Browser GC is really tricky. The browser provides all sorts of complicated
native services, like a flexible rendering engine (you know, HTML), recording
audio, LocalStorage—really complex stuff implemented efficiently in C++ and
with cross-platform support. All of these native objects can be
accessed/instantiated from Javascript. Hence the GC is especially well tuned,
on top of the security requirements around dealing with untrusted code running
trusted code in general. It's a big undertaking for sure.

------
saurabhnanda
Please excuse my naivety, but I have only recently gotten interested in
compilers, memory management, etc. [1]

Can someone please explain to me why GC isn't implemented as a library that
can be used by any runtime/VM? We recently had a generational GC land in Ruby
2.1 Few languages out there specially target JVM because of its GC story.
Wouldn't everyone benefit from a common code-base with rock-solid GC
algorithms & implementations? Analogous to crypto libraries.

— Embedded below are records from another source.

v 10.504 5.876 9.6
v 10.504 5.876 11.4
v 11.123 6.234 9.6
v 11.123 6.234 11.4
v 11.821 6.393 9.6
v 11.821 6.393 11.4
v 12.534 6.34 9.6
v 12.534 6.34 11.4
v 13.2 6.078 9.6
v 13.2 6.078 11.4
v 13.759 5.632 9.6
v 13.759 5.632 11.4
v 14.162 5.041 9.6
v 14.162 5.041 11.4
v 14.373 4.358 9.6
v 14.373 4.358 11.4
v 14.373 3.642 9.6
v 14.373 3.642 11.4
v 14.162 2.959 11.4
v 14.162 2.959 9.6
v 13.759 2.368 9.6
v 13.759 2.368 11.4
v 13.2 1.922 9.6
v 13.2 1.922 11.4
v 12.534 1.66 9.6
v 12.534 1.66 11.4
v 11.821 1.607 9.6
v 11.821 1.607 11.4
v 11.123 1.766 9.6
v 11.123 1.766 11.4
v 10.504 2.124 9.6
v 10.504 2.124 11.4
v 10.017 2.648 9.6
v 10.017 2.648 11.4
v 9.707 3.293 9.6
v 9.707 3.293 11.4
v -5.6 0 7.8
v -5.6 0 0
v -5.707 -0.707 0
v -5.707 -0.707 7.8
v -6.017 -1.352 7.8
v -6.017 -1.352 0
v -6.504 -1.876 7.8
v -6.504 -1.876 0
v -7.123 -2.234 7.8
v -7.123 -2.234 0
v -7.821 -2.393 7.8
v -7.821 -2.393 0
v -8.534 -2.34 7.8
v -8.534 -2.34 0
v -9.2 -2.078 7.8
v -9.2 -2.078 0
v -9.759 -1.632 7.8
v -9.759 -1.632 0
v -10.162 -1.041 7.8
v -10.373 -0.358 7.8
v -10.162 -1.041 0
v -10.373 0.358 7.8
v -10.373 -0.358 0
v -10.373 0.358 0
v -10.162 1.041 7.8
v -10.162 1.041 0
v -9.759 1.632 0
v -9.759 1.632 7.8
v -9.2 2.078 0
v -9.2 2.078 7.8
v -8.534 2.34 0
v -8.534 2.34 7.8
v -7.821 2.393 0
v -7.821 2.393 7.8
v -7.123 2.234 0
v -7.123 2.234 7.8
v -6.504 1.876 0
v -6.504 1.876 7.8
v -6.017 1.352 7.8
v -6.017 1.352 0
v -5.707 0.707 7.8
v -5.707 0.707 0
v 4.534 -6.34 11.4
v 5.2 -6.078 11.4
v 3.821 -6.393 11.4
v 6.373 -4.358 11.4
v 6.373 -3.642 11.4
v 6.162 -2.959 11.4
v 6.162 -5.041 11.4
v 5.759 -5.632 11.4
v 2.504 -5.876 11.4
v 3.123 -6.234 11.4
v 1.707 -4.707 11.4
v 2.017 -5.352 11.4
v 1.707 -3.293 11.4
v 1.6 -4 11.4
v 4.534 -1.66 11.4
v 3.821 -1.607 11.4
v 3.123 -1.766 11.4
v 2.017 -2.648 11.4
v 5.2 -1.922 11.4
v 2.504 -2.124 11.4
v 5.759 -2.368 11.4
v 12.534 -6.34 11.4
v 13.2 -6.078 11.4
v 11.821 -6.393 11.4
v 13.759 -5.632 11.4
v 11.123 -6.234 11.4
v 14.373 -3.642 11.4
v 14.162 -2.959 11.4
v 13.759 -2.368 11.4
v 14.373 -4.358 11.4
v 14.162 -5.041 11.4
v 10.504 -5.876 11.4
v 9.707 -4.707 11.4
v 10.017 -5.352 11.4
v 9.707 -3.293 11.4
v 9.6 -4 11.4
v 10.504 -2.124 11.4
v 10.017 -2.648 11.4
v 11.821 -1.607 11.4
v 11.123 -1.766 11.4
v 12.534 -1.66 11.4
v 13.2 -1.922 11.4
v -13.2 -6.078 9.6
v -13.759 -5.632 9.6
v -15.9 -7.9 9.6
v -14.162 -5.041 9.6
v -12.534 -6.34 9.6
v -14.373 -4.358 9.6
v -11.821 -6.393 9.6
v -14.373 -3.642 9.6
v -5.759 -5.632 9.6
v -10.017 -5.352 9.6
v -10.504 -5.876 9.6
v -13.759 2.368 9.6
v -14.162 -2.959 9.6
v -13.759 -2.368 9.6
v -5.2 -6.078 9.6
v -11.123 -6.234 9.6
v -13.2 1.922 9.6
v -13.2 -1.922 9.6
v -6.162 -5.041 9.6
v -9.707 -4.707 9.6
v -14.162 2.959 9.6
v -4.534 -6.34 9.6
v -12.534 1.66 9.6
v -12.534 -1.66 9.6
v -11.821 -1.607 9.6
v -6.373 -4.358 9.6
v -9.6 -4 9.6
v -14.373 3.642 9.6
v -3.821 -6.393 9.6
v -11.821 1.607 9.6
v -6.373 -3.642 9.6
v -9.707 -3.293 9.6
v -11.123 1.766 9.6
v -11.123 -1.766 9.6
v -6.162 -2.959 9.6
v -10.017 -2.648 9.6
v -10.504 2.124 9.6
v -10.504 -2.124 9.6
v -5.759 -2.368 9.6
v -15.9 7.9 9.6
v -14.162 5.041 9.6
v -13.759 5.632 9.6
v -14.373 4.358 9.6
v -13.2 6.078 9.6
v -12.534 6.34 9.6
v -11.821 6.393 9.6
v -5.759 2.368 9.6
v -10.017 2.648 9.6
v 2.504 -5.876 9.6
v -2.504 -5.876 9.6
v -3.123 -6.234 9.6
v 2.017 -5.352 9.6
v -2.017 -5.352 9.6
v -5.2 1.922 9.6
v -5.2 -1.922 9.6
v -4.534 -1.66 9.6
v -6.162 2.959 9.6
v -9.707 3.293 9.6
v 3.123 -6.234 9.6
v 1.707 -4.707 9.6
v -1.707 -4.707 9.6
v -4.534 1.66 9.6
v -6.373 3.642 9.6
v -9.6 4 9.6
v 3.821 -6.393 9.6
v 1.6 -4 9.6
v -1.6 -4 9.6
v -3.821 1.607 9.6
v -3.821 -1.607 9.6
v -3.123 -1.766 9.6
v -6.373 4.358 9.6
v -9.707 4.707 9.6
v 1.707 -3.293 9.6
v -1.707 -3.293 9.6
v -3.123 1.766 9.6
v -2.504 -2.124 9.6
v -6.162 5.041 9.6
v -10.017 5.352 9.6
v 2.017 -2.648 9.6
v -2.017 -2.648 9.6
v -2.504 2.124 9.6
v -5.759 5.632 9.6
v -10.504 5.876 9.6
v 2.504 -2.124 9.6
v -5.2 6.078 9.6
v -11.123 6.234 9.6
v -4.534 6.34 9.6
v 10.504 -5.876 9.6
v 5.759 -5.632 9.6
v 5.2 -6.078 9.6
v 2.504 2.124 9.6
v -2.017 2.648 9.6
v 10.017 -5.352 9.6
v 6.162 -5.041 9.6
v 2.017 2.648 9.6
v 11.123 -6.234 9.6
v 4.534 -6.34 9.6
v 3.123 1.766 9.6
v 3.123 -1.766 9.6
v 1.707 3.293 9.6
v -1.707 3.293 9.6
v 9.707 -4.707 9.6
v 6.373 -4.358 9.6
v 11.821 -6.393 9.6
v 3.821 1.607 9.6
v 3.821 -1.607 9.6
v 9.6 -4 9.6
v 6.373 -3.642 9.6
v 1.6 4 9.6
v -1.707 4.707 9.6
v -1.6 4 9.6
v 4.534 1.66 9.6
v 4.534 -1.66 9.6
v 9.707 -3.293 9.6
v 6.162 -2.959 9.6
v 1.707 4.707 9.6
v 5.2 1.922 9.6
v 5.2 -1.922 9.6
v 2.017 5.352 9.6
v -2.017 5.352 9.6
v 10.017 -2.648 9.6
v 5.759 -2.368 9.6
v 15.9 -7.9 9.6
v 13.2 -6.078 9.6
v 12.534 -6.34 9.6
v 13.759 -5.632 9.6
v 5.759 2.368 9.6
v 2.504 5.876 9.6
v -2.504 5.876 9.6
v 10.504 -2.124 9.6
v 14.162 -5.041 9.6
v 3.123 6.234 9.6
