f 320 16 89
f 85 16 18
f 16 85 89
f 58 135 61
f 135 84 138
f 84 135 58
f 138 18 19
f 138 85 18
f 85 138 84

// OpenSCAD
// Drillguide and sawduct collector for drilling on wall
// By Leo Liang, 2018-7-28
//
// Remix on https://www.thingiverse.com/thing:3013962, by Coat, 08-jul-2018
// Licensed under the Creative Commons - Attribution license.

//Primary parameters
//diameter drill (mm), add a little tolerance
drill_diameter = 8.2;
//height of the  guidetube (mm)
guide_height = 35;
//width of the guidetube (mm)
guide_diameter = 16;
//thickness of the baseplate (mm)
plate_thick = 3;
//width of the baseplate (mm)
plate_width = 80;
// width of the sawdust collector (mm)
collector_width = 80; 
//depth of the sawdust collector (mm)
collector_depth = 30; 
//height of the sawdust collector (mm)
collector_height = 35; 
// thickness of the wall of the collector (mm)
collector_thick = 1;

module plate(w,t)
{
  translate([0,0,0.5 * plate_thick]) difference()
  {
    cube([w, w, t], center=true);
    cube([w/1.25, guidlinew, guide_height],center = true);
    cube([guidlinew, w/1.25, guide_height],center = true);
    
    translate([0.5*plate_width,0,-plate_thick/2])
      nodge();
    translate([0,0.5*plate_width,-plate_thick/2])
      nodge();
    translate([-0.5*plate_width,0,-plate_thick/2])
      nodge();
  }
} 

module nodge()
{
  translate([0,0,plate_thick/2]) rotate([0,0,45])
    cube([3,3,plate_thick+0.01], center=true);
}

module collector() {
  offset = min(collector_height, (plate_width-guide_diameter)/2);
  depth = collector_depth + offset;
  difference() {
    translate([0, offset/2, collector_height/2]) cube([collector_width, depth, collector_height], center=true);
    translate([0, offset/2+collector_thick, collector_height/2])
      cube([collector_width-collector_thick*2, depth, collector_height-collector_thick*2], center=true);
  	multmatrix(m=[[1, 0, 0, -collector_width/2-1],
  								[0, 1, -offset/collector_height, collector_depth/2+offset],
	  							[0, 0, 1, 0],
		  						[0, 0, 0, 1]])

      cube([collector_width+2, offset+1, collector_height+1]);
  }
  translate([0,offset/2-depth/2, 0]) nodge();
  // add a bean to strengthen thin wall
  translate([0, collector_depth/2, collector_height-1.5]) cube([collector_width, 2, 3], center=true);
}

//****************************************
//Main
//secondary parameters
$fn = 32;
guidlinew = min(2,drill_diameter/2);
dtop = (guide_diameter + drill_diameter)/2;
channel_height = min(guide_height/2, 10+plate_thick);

[1] After getting sick of the fact that all the "new age" languages use shit-
loads of resources for, essentially, achieving trivialities. We were able to
do the same things using 386 PCs with a few megs or RAM for which, today, we
need 2 GHz multi-core CPUs and 8 GB of RAM.

PS: Not trying to downplay the work done in bringing better memory management
to Firefox. I would really appreciate Firefox not using up 1.3GB of memory --
that was one of the reasons I had to fork out INR 5,000 for an extra 8GB of
RAM recently.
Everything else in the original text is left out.